We are seeing practically everyday how Congress is bought off by the Banks and yet we do nothing. How can you expect to be taken seriously by the executive branch and the judicial branch of goveornment charged with enforcing the laws? If you are doing nothing and complaining, it’s time to get off the couch and do something with the Occupy Movement or your own private war with the banks. If you are not complaining, you should be — because this tsunami is about to hit the front door of your house too whether you are making the payments or not.

The power of the new aristocracy in American and European politics is felt around the globe. People are suffering in the U.S., Ireland, France, Spain, Italy, Greece and other places because the smaller banks in all those countries got taken to the cleaners by huge conglomerate Wall Street Banks. Ireland is reporting foreclosures and defaults at record rates. It was fraud with an effect far greater than any other act of domestic or international terrorism. And it isn’t just about money either. Suicides, domestic violence ending in death and mental illness are pandemic. And nobody cares about the little guy because the little guy is just fuel for the endless appetite of Wall Street. 

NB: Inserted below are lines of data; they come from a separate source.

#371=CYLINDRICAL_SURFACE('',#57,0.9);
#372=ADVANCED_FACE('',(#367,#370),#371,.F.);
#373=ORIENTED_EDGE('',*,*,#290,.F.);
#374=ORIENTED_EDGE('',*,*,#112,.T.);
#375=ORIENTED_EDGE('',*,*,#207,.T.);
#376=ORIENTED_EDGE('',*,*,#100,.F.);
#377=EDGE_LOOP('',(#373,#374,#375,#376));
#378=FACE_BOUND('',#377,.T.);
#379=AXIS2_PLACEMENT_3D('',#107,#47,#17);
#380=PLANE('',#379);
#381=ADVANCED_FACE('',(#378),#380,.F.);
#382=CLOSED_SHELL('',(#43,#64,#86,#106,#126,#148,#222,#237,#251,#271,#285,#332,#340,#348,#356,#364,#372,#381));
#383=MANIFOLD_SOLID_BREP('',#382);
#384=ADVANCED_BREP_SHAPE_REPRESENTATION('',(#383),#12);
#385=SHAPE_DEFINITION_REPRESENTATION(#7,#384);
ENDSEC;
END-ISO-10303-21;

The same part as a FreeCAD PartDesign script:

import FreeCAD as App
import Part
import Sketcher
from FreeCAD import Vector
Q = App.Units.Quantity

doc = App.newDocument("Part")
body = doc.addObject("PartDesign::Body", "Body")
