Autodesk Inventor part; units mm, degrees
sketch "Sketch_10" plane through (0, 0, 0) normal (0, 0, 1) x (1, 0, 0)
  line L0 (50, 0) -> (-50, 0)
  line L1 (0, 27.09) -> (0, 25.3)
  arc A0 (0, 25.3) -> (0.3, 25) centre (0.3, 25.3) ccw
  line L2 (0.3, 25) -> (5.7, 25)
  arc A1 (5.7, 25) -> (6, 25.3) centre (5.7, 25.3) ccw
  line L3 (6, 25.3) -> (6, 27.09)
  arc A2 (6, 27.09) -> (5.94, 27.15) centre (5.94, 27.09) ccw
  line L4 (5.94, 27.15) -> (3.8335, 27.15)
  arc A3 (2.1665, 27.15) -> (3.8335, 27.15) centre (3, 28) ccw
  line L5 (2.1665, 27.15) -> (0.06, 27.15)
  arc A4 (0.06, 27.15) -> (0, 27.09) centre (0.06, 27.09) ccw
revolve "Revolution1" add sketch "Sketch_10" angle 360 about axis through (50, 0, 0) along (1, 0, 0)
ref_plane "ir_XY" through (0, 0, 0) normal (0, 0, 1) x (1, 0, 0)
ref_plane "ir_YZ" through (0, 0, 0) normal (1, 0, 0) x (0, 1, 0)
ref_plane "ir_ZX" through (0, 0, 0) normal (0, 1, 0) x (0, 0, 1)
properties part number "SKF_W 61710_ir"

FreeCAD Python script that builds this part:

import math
import FreeCAD as App
import Part
import Sketcher

V = App.Vector
Q = App.Units.Quantity

doc = App.newDocument("Part")
body = doc.addObject("PartDesign::Body", "Body")

sketch1 = body.newObject("Sketcher::SketchObject", "Sketch")
sketch1.AttachmentSupport = (doc.getObject("XY_Plane"), [""])
sketch1.MapMode = "FlatFace"
sketch1.addGeometry(Part.ArcOfCircle(Part.Circle(V(0.06, 27.09, 0), V(0, 0, 1), 0.06), math.radians(90), math.radians(180)), False)
sketch1.addGeometry(Part.LineSegment(V(0, 27.09, 0), V(0, 25.3, 0)), False)
sketch1.addGeometry(Part.ArcOfCircle(Part.Circle(V(0.3, 25.3, 0), V(0, 0, 1), 0.3), math.radians(180), math.radians(270)), False)
sketch1.addGeometry(Part.LineSegment(V(0.3, 25, 0), V(5.7, 25, 0)), False)
sketch1.addGeometry(Part.ArcOfCircle(Part.Circle(V(5.7, 25.3, 0), V(0, 0, 1), 0.3), math.radians(-90), math.radians(0)), False)
sketch1.addGeometry(Part.LineSegment(V(6, 25.3, 0), V(6, 27.09, 0)), False)
sketch1.addGeometry(Part.ArcOfCircle(Part.Circle(V(5.94, 27.09, 0), V(0, 0, 1), 0.06), math.radians(0), math.radians(90)), False)
sketch1.addGeometry(Part.LineSegment(V(5.94, 27.15, 0), V(3.83, 27.15, 0)), False)
sketch1.addGeometry(Part.ArcOfCircle(Part.Circle(V(3, 28, 0), V(0, 0, 1), 1.19), math.radians(-134), math.radians(-46)), False)
sketch1.addGeometry(Part.LineSegment(V(2.17, 27.15, 0), V(0.06, 27.15, 0)), False)
sketch1.addConstraint(Sketcher.Constraint("Tangent", 0, 2, 1, 1))
sketch1.addConstraint(Sketcher.Constraint("Tangent", 1, 2, 2, 1))
sketch1.addConstraint(Sketcher.Constraint("Tangent", 2, 2, 3, 1))
sketch1.addConstraint(Sketcher.Constraint("Tangent", 3, 2, 4, 1))
sketch1.addConstraint(Sketcher.Constraint("Tangent", 4, 2, 5, 1))
sketch1.addConstraint(Sketcher.Constraint("Tangent", 5, 2, 6, 1))
sketch1.addConstraint(Sketcher.Constraint("Tangent", 6, 2, 7, 1))
sketch1.addConstraint(Sketcher.Constraint("Coincident", 7, 2, 8, 2))
sketch1.addConstraint(Sketcher.Constraint("Coincident", 8, 1, 9, 1))
sketch1.addConstraint(Sketcher.Constraint("Tangent", 9, 2, 0, 1))
sketch1.addConstraint(Sketcher.Constraint("Vertical", 1))
sketch1.addConstraint(Sketcher.Constraint("Horizontal", 3))
sketch1.addConstraint(Sketcher.Constraint("Vertical", 5))
sketch1.addConstraint(Sketcher.Constraint("Horizontal", 7))
sketch1.addConstraint(Sketcher.Constraint("Horizontal", 9))
sketch1.addConstraint(Sketcher.Constraint("Equal", 2, 4))
sketch1.addConstraint(Sketcher.Constraint("Equal", 0, 6))
sketch1.addConstraint(Sketcher.Constraint("PointOnObject", 0, 2, -2))
sketch1.addConstraint(Sketcher.Constraint("Horizontal", 0, 3, 6, 3))
sketch1.addConstraint(Sketcher.Constraint("Equal", 7, 9))
sketch1.addConstraint(Sketcher.Constraint("Radius", 2, Q("0.3 mm")))
sketch1.addConstraint(Sketcher.Constraint("Radius", 0, Q("0.06 mm")))
sketch1.addConstraint(Sketcher.Constraint("DistanceX", 3, 1, 3, 2, Q("5.4 mm")))
sketch1.addConstraint(Sketcher.Constraint("DistanceY", -1, 1, 8, 3, Q("28 mm")))
sketch1.addConstraint(Sketcher.Constraint("DistanceY", -1, 1, 2, 2, Q("25 mm")))
sketch1.addConstraint(Sketcher.Constraint("DistanceY", 1, 2, 1, 1, Q("1.79 mm")))
sketch1.addConstraint(Sketcher.Constraint("Radius", 8, Q("1.1905 mm")))
revolution = body.newObject("PartDesign::Revolution", "Revolution")
revolution.Profile = sketch1
revolution.ReferenceAxis = (sketch1, ["H_Axis"])
revolution.Angle = 360

doc.recompute()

If Obama rreally wants to galvanize the electorate, he must be proactive on the fierce urgency of NOW! Those were his words when he was a candidate and he owes us action because that urgency was felt in 2008 and is a vice around everyone’s neck now.

JPMorgan Chase & the Senator’s Short Sale:

It’s Hypocritical –But Is It Corrupt?

By Richard (RJ) Eskow

There’s a lot we have yet to learn about the story of Sen. Mike Lee, Tea Party Republican of Utah, and America’s largest bank. But we already know something’s very, very wrong:

Why is it that most Americans can’t get a principal reduction from Chase or any other bank, but JPMorgan Chase was so very flexible with a sitting member of the United States Senate?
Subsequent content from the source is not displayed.